[Opening Provided information section]

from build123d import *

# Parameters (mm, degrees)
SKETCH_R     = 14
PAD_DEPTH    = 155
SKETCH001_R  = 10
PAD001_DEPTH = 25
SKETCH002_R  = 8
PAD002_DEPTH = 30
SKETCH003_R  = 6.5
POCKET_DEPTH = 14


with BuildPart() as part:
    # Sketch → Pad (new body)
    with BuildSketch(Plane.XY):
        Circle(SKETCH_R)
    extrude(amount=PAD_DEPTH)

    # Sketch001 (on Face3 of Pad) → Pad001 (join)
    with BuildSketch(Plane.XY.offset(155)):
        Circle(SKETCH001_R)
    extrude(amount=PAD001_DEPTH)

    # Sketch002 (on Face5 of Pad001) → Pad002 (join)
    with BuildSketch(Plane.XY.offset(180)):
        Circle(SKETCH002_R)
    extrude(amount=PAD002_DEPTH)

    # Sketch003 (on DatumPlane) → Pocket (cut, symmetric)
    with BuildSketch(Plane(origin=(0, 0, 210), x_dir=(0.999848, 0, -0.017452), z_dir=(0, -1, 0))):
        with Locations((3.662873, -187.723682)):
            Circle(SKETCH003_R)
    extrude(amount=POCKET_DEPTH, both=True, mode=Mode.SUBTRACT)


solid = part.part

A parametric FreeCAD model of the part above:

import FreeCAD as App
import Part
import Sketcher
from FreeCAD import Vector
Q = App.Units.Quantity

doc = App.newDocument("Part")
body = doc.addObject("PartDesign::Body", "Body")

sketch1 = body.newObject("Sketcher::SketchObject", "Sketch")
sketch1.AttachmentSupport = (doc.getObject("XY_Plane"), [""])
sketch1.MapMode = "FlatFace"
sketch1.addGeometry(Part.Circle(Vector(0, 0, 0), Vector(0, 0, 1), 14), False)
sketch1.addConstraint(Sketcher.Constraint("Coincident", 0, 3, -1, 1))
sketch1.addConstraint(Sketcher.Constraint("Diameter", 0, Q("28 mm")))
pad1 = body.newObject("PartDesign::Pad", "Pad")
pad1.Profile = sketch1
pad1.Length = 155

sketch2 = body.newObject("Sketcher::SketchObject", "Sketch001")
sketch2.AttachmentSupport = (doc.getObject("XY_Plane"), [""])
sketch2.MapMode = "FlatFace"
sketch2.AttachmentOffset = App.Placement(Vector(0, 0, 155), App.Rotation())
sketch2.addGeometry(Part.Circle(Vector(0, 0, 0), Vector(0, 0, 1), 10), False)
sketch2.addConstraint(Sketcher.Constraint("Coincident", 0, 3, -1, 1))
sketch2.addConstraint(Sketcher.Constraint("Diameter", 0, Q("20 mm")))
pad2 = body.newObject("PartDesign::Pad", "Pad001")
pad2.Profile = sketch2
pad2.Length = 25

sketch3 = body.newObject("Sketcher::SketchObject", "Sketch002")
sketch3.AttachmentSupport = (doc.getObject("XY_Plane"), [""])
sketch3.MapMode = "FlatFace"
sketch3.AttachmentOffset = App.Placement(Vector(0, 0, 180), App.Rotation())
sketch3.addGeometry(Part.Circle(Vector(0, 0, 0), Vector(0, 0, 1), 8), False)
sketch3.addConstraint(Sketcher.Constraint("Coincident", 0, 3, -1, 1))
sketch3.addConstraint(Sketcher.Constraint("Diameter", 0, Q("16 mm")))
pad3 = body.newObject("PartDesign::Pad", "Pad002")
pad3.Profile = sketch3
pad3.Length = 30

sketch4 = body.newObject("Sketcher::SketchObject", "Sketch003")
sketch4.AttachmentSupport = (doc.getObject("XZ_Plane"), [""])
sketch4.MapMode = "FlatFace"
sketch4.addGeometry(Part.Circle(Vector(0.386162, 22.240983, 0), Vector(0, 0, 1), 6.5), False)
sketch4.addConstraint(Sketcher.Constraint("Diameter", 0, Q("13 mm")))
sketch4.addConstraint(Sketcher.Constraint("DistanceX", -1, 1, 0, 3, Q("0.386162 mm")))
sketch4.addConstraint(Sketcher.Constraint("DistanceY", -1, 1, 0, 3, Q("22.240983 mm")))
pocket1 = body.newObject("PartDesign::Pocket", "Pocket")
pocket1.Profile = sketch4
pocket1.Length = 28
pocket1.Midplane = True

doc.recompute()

[Closing Provided information section]
[Opening Provided information section]

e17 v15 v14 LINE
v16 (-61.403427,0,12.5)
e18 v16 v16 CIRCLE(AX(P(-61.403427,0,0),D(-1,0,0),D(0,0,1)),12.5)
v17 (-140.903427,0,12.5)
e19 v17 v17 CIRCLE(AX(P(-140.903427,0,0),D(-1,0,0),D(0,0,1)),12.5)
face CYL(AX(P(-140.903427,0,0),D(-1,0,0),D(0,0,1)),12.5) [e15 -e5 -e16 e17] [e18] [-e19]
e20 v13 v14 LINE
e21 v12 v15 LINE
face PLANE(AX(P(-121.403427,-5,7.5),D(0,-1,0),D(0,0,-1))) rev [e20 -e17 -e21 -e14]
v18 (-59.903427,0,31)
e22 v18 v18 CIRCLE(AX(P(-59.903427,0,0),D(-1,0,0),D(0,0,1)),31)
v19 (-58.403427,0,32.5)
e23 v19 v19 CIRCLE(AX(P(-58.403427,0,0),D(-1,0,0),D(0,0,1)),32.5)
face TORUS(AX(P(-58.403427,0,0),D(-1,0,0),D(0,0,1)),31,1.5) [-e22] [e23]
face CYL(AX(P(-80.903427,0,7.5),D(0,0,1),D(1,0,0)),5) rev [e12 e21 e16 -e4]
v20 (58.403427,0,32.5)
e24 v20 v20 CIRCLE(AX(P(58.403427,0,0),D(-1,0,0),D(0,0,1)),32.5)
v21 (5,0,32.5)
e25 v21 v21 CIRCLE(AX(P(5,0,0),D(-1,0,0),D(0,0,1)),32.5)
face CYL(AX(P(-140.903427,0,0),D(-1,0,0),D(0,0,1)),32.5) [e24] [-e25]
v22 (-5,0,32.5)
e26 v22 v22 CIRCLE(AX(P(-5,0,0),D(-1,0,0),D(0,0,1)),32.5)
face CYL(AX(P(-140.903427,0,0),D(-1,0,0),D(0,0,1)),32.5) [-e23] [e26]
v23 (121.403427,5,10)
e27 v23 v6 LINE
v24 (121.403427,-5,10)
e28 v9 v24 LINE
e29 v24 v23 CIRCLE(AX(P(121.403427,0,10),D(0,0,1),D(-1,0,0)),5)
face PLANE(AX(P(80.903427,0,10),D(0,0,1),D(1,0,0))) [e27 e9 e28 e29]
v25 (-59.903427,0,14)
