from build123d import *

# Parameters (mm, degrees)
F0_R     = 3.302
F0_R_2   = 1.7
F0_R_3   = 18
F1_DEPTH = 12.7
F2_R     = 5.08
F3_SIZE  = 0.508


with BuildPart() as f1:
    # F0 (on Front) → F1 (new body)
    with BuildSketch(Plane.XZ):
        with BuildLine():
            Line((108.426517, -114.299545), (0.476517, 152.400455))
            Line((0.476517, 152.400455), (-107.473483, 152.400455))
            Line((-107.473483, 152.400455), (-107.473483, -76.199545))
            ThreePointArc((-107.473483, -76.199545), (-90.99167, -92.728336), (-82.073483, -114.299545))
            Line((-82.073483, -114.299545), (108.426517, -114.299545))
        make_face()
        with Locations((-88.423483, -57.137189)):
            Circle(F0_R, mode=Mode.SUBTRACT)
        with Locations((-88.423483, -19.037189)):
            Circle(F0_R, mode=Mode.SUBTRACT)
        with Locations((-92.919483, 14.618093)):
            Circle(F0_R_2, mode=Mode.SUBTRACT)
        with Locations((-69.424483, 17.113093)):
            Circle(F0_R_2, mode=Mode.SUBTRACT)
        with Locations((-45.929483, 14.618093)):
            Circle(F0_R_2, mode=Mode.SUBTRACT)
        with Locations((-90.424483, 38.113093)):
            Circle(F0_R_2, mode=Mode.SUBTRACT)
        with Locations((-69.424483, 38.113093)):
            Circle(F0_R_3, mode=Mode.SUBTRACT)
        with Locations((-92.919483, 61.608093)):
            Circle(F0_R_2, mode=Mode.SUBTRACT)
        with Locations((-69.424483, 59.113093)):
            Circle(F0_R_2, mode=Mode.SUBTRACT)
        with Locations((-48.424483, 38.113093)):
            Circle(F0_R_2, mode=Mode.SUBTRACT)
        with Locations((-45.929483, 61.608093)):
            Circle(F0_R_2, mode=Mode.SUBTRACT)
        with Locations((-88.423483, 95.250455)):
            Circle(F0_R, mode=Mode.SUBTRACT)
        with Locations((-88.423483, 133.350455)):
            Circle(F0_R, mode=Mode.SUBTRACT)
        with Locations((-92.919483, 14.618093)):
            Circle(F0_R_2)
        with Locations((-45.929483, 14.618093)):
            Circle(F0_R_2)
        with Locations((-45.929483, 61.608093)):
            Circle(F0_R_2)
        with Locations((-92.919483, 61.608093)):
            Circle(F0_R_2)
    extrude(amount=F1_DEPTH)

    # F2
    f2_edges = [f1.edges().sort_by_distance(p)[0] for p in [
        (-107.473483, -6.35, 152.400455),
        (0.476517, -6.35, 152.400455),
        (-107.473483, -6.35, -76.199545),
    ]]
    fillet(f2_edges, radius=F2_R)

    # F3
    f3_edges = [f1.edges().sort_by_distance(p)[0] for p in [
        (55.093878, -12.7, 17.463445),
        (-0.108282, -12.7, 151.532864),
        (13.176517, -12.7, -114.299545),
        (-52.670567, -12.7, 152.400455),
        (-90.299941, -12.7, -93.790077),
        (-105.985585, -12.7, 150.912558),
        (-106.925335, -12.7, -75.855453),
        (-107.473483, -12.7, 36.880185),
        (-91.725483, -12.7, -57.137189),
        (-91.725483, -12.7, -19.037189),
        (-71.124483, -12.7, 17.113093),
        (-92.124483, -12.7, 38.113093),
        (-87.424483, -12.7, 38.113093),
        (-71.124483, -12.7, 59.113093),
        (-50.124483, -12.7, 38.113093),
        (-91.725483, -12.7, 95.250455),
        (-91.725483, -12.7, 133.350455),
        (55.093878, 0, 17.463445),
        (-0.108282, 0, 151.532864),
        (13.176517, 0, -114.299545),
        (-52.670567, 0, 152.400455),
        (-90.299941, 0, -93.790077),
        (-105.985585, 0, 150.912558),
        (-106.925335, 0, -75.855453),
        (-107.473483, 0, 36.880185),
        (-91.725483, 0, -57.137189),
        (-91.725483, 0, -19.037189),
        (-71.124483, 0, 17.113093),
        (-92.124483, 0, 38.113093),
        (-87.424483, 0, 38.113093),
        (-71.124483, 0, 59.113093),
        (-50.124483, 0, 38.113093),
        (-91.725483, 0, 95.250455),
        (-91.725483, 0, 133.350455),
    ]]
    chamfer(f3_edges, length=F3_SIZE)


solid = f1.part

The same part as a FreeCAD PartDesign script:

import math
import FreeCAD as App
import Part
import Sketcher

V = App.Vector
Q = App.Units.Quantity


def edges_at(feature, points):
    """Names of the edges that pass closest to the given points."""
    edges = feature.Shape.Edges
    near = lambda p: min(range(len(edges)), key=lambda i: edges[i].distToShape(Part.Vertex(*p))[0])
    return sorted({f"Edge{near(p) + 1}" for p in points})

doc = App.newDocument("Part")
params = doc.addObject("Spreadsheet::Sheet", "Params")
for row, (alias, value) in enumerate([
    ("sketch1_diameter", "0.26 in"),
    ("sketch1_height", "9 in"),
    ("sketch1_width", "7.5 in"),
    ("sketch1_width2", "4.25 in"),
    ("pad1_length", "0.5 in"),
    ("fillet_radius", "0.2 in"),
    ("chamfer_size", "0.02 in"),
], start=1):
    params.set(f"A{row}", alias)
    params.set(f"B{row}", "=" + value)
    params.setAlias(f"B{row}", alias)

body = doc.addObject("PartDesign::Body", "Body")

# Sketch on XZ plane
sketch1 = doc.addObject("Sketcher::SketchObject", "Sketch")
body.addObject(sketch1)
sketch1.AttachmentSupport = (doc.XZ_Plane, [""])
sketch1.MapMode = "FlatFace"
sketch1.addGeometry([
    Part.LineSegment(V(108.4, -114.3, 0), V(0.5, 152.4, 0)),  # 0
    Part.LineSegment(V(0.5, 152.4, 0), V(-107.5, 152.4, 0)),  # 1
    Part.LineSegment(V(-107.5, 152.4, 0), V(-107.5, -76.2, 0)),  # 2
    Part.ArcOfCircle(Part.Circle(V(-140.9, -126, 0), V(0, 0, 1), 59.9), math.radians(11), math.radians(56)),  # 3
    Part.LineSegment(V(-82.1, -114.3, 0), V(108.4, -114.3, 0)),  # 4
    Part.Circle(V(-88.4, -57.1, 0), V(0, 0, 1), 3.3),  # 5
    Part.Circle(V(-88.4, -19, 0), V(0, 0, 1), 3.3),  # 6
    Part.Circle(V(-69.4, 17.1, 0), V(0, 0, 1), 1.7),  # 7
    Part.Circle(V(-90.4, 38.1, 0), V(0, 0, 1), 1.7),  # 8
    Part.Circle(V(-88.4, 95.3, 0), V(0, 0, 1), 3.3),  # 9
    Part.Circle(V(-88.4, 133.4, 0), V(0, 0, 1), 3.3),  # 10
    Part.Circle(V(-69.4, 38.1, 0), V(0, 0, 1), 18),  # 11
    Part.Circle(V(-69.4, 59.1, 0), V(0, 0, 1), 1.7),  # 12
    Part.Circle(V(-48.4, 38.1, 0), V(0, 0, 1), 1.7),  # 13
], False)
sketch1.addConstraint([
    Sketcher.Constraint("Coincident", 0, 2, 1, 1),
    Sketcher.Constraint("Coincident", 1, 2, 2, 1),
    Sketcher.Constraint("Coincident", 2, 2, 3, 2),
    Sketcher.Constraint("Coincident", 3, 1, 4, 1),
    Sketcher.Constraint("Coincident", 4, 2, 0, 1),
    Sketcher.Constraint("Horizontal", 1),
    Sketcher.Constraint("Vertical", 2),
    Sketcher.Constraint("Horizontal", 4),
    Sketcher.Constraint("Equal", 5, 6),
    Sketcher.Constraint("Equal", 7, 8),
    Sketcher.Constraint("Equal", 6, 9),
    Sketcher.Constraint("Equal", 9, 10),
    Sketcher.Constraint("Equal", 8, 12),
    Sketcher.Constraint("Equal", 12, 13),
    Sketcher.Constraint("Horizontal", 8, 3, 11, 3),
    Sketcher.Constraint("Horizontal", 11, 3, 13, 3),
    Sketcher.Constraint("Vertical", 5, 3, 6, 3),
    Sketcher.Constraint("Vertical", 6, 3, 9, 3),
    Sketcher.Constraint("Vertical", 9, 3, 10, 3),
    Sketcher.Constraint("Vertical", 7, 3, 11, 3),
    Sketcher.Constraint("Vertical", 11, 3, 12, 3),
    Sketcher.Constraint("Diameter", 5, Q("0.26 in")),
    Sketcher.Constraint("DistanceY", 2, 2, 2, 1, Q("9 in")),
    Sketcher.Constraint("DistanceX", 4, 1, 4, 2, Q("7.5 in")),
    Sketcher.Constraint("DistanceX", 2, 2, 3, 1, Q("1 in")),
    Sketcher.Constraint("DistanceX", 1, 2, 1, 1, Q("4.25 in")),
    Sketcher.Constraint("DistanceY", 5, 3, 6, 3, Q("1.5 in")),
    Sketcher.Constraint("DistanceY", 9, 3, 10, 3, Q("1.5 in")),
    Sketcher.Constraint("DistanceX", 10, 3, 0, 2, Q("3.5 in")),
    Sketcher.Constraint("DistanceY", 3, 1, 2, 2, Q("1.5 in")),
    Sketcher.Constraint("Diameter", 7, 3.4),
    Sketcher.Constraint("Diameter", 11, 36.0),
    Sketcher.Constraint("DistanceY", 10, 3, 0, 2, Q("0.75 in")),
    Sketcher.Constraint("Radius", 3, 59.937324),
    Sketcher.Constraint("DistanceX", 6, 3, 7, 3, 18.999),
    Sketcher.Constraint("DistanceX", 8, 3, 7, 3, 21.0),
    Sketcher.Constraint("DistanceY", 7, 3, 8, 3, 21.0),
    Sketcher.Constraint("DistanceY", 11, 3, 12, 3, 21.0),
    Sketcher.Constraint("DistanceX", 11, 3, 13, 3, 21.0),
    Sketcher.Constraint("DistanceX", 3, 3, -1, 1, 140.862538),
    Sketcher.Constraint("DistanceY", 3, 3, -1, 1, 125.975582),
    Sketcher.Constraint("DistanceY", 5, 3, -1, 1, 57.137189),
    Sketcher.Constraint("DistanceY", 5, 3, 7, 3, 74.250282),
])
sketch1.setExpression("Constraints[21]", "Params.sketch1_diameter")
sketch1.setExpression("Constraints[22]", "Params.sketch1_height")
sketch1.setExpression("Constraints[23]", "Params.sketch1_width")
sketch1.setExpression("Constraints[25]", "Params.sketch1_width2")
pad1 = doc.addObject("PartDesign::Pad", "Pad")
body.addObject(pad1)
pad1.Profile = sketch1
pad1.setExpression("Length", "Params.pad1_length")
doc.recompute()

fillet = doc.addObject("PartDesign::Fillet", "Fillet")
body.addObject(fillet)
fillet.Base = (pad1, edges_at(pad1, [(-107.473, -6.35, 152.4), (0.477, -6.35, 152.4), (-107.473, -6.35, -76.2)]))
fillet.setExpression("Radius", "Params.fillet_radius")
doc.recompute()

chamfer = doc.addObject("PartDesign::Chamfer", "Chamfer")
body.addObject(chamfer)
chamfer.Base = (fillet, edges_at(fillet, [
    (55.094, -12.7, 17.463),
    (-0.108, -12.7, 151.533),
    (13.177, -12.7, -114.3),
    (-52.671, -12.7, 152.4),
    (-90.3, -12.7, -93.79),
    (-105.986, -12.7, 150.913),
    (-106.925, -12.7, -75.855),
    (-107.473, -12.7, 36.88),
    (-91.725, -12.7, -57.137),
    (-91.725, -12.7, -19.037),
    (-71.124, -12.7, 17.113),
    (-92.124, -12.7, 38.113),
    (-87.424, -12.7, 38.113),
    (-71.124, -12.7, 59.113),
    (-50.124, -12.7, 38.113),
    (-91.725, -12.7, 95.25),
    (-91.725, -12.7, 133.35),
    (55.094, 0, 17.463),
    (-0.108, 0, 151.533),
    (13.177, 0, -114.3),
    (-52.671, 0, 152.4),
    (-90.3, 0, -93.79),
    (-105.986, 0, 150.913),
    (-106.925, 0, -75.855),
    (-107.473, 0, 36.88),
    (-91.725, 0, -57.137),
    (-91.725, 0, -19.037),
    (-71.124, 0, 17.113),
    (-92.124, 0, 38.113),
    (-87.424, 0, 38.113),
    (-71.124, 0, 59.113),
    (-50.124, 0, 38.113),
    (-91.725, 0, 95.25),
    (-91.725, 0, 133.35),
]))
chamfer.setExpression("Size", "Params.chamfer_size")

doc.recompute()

[Closing Provided information section]

## Your assignment:
Lines above that include the string "extrude" need to be copied.

## Result for this task:
    extrude(amount=PAD_DEPTH)
    extrude(amount=PAD001_DEPTH)
    extrude(amount=PAD002_DEPTH)
    extrude(amount=POCKET_DEPTH, both=True, mode=Mode.SUBTRACT)
    extrude(amount=F1_DEPTH)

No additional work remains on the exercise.